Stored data
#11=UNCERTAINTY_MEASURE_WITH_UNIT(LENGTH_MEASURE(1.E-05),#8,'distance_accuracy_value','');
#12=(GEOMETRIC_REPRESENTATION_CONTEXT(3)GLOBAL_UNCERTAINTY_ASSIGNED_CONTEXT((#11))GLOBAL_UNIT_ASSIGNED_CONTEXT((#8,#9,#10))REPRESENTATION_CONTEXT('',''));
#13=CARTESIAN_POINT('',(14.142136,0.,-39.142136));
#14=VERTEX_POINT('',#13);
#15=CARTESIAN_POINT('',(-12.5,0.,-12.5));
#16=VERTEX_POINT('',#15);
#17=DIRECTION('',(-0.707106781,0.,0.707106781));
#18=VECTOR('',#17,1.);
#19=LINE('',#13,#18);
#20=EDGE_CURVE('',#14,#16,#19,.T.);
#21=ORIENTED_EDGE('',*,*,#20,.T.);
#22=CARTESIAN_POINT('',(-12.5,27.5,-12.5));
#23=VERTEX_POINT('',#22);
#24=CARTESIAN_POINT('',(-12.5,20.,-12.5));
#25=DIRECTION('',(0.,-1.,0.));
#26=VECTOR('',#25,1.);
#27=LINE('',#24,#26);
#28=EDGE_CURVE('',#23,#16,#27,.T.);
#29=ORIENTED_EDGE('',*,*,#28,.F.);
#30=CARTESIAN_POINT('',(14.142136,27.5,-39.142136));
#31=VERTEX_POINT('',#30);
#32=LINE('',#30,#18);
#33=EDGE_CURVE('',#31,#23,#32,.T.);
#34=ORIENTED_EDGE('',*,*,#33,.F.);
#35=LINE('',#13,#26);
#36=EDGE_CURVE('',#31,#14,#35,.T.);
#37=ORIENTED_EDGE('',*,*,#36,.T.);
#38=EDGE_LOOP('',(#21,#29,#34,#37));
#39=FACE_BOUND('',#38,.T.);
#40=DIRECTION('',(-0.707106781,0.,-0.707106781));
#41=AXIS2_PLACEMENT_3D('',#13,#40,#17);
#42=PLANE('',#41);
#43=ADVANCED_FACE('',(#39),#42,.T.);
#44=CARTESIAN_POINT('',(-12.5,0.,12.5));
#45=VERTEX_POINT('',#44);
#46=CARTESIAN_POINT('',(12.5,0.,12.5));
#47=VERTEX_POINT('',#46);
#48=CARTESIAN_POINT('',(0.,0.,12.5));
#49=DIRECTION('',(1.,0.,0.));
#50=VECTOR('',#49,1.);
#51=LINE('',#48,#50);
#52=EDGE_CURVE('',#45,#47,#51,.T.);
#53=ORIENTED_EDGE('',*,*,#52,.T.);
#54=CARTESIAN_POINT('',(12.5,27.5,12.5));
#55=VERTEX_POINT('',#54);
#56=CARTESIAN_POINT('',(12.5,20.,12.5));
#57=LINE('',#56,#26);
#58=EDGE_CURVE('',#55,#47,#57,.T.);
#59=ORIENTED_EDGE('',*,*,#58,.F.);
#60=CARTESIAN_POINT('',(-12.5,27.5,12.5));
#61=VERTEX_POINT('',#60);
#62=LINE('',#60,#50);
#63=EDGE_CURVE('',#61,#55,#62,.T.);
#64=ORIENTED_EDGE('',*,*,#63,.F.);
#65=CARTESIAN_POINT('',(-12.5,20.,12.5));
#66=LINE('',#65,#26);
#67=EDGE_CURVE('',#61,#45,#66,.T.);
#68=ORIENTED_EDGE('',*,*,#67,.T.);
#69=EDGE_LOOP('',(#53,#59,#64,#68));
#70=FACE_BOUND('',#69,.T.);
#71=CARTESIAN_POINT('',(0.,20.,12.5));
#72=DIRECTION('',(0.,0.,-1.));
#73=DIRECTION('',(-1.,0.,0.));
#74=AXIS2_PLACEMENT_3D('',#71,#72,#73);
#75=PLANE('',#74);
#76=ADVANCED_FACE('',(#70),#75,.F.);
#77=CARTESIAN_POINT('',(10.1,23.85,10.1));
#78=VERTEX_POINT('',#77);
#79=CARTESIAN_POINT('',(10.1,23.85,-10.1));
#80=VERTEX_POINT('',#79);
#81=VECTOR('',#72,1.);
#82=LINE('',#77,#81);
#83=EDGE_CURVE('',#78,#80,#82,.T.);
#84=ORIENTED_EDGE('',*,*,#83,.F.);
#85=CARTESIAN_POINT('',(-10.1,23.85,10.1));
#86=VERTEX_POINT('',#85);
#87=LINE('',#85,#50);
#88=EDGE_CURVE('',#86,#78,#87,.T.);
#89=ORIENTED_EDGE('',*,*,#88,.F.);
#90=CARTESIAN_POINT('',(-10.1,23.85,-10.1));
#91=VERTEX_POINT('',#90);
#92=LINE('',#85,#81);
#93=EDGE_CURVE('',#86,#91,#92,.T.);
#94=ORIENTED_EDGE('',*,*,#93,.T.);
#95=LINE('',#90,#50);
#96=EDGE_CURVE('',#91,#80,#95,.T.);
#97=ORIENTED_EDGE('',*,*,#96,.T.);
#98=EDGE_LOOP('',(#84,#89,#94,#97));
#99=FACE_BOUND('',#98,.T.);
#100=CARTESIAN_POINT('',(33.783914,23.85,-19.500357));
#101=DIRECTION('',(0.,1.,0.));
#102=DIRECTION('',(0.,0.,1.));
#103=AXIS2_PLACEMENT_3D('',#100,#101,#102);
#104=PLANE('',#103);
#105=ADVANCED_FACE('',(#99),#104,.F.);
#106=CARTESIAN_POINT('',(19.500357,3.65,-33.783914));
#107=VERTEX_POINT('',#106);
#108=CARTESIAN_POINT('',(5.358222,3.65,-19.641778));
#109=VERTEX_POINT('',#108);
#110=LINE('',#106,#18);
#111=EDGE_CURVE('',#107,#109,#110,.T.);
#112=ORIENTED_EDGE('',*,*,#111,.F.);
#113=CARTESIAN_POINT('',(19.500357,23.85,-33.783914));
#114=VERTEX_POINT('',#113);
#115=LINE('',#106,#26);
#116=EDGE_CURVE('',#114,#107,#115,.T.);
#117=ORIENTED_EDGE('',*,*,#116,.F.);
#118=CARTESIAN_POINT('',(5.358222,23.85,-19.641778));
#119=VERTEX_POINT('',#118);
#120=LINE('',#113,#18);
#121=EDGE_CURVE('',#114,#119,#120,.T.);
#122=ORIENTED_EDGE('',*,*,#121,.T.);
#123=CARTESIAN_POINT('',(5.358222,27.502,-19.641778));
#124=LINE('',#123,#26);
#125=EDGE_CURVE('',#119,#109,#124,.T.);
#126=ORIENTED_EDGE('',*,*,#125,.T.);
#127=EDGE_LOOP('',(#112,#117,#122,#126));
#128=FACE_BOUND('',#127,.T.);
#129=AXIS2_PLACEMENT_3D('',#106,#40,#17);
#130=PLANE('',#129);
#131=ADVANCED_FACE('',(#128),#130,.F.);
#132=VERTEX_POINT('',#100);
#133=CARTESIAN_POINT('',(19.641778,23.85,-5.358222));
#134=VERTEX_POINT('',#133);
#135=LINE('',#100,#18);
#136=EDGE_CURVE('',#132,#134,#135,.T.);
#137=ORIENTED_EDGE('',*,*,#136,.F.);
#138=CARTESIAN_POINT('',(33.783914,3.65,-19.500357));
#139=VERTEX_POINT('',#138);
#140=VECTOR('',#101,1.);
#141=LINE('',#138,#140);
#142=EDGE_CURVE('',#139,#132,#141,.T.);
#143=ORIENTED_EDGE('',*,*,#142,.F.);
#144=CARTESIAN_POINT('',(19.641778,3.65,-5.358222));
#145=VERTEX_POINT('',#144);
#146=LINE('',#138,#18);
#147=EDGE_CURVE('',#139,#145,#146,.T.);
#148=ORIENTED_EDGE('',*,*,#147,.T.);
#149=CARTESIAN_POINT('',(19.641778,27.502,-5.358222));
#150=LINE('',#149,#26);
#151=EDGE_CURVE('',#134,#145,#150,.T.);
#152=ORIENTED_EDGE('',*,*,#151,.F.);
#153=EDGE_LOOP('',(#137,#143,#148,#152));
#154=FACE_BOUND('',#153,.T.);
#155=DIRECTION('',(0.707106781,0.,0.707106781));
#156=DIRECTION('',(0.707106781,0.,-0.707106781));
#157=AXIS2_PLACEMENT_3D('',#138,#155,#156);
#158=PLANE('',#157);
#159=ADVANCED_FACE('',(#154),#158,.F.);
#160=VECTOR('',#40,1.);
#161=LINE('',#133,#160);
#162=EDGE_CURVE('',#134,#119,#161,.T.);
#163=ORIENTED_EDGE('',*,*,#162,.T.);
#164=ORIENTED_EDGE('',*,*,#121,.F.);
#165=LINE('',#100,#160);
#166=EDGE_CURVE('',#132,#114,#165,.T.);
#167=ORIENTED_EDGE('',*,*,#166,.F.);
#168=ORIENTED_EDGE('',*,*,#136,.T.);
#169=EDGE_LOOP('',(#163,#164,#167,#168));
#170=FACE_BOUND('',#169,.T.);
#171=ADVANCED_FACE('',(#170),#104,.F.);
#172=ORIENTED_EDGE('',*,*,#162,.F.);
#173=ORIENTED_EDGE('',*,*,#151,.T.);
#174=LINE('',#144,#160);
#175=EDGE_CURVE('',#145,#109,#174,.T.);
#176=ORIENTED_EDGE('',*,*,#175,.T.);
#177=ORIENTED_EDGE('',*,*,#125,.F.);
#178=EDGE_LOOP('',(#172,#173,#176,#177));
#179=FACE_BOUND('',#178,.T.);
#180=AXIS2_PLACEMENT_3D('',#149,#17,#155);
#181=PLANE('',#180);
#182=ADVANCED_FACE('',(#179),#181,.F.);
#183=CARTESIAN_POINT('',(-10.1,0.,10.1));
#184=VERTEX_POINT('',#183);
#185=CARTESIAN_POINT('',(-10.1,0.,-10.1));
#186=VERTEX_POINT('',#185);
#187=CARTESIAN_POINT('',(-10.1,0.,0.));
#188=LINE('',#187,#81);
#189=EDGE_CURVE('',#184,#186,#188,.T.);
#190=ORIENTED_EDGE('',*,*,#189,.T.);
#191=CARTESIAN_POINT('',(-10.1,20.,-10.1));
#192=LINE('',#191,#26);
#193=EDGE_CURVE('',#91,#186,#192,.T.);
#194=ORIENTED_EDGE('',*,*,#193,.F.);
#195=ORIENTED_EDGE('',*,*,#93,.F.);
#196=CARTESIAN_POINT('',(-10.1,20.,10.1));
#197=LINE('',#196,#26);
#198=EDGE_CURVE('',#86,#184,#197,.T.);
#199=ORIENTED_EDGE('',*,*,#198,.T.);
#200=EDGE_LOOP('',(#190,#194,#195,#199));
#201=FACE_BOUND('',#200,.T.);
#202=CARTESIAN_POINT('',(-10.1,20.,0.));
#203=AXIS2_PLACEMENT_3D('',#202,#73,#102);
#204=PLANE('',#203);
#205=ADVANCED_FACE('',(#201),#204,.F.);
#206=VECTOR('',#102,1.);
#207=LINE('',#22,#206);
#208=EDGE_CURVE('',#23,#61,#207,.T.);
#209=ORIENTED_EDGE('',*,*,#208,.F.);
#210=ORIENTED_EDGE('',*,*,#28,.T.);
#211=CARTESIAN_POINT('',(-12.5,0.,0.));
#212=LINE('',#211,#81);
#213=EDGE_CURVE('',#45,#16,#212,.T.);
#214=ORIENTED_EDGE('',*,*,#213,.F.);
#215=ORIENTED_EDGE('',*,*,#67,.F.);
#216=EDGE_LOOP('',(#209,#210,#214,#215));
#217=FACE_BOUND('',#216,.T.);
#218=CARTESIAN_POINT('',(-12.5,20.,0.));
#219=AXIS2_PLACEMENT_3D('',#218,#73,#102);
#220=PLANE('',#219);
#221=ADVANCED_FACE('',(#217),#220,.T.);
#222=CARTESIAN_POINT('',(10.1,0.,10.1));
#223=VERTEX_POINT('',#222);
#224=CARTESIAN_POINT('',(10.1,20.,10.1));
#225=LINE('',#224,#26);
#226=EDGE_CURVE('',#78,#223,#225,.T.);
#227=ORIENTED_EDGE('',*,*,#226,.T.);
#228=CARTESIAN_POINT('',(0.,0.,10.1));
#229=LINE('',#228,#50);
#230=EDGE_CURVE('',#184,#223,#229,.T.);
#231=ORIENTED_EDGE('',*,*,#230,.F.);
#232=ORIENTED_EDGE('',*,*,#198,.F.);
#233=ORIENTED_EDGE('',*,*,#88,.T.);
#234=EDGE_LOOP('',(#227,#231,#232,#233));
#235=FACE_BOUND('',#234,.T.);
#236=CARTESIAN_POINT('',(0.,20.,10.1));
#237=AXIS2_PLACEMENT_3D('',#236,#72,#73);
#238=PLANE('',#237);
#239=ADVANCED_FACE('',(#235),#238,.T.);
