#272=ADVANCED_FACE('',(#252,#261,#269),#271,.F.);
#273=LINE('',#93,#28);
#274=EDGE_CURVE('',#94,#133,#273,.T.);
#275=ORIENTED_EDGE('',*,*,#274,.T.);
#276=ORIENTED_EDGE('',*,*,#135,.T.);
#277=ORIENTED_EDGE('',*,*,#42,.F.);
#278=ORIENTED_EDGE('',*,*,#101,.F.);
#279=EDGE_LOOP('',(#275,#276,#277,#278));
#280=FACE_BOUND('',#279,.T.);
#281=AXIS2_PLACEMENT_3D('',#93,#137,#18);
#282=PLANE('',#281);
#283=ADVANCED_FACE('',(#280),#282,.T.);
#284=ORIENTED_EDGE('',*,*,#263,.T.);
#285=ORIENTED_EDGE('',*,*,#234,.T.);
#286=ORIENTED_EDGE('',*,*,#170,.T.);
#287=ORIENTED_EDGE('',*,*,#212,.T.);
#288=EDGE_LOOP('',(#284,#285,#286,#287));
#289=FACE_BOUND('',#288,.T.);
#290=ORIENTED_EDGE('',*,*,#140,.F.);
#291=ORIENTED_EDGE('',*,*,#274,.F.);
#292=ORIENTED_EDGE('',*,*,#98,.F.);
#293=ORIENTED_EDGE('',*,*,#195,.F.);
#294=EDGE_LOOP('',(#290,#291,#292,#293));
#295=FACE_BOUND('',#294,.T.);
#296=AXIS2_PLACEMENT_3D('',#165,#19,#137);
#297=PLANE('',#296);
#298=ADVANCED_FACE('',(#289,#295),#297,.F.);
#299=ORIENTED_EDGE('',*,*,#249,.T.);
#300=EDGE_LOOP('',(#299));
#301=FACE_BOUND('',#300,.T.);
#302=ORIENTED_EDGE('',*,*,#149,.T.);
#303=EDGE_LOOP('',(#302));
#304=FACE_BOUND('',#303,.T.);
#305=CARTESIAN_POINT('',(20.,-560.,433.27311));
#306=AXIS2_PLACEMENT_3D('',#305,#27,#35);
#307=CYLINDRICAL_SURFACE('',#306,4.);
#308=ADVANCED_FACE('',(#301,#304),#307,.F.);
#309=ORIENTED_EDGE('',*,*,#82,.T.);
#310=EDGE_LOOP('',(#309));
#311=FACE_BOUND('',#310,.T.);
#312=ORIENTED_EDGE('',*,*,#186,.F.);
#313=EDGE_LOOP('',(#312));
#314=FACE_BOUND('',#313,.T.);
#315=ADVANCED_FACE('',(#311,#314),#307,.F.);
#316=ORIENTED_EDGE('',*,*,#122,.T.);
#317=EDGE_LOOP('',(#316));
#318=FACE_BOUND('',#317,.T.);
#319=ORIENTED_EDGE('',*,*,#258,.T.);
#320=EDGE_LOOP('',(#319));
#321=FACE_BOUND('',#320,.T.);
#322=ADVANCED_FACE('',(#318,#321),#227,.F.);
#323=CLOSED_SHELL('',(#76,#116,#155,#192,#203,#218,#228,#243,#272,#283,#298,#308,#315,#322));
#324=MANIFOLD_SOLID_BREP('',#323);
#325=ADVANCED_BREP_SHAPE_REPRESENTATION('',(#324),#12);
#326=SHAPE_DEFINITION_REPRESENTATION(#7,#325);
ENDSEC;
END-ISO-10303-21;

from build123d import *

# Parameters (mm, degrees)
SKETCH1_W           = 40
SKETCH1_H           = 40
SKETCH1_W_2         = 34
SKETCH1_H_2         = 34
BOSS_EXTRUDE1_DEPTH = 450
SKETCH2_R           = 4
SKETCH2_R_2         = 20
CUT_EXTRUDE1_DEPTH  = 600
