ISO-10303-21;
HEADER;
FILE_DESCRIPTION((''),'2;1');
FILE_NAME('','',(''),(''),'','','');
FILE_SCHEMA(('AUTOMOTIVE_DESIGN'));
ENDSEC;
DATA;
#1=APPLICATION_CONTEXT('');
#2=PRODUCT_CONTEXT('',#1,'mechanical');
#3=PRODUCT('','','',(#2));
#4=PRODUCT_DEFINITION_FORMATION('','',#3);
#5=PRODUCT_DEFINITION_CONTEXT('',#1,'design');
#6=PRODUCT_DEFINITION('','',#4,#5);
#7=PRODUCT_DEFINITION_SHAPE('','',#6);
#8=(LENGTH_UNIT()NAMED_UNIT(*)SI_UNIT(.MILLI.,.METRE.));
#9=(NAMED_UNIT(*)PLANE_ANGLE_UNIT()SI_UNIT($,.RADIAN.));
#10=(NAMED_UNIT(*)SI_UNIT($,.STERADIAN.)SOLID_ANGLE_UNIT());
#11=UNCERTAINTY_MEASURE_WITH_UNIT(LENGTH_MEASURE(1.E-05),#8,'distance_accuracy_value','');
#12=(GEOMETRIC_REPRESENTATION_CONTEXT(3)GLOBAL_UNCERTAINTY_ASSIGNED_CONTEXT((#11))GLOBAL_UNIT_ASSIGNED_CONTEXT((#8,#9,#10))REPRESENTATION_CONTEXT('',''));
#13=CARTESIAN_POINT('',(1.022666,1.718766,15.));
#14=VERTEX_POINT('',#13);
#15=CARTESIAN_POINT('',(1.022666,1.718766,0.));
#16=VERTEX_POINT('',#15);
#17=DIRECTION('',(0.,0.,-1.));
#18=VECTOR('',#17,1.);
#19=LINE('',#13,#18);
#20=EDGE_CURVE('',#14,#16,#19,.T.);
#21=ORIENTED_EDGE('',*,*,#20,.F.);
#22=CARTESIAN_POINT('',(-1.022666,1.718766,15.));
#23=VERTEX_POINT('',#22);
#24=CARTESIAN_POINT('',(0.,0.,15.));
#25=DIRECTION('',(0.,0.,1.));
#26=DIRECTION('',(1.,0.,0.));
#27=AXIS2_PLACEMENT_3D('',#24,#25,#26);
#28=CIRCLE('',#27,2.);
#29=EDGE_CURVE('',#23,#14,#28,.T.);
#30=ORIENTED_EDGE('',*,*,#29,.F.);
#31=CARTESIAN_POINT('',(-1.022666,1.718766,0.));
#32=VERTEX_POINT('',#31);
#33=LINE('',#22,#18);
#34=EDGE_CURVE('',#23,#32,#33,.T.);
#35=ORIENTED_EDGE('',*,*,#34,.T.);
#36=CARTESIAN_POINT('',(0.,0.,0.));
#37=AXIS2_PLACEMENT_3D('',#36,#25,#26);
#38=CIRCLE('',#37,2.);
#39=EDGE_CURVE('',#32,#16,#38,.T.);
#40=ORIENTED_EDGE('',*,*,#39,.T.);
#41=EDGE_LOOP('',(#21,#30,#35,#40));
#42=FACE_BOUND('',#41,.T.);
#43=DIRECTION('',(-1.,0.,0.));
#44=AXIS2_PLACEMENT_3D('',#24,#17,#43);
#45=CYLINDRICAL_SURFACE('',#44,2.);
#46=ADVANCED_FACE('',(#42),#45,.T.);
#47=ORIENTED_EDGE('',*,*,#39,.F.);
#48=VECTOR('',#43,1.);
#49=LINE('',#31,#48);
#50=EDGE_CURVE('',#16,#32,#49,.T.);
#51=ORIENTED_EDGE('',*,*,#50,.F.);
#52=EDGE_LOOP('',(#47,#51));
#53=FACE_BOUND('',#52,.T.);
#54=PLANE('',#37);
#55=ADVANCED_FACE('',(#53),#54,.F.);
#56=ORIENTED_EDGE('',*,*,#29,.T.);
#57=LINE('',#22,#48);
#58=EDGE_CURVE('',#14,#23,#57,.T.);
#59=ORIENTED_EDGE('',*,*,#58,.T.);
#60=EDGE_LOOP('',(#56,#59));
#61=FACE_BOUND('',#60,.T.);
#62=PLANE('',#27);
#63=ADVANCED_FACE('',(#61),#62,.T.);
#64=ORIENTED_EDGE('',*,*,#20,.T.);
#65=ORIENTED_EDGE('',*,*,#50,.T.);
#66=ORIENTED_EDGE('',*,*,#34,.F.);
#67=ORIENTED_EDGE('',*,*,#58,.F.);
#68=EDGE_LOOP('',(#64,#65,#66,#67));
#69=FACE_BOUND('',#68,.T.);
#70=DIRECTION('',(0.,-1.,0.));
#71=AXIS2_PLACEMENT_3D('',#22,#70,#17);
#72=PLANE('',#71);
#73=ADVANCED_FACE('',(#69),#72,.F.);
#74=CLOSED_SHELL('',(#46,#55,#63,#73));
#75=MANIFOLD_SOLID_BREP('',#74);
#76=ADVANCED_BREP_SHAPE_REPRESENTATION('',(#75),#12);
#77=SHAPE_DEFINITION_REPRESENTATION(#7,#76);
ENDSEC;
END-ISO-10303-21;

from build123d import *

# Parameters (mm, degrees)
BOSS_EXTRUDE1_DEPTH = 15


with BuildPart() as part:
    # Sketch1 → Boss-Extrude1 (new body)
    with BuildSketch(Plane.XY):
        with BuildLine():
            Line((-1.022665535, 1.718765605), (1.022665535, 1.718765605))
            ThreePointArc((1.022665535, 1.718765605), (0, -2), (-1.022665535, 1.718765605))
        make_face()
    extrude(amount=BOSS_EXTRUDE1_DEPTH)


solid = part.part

Instructions to follow
Print, from the entries above, the line with "#56=CARTESIAN_POINT('',(12.5,20.,12.5));", the line with "#77=CARTESIAN_POINT('',(10.1,23.85,10.1));" and all lines between them, exactly and with nothing else.

Exercise output
#56=CARTESIAN_POINT('',(12.5,20.,12.5));
#57=LINE('',#56,#26);
#58=EDGE_CURVE('',#55,#47,#57,.T.);
#59=ORIENTED_EDGE('',*,*,#58,.F.);
#60=CARTESIAN_POINT('',(-12.5,27.5,12.5));
#61=VERTEX_POINT('',#60);
#62=LINE('',#60,#50);
#63=EDGE_CURVE('',#61,#55,#62,.T.);
#64=ORIENTED_EDGE('',*,*,#63,.F.);
#65=CARTESIAN_POINT('',(-12.5,20.,12.5));
#66=LINE('',#65,#26);
#67=EDGE_CURVE('',#61,#45,#66,.T.);
#68=ORIENTED_EDGE('',*,*,#67,.T.);
#69=EDGE_LOOP('',(#53,#59,#64,#68));
#70=FACE_BOUND('',#69,.T.);
#71=CARTESIAN_POINT('',(0.,20.,12.5));
#72=DIRECTION('',(0.,0.,-1.));
#73=DIRECTION('',(-1.,0.,0.));
#74=AXIS2_PLACEMENT_3D('',#71,#72,#73);
#75=PLANE('',#74);
#76=ADVANCED_FACE('',(#70),#75,.F.);
#77=CARTESIAN_POINT('',(10.1,23.85,10.1));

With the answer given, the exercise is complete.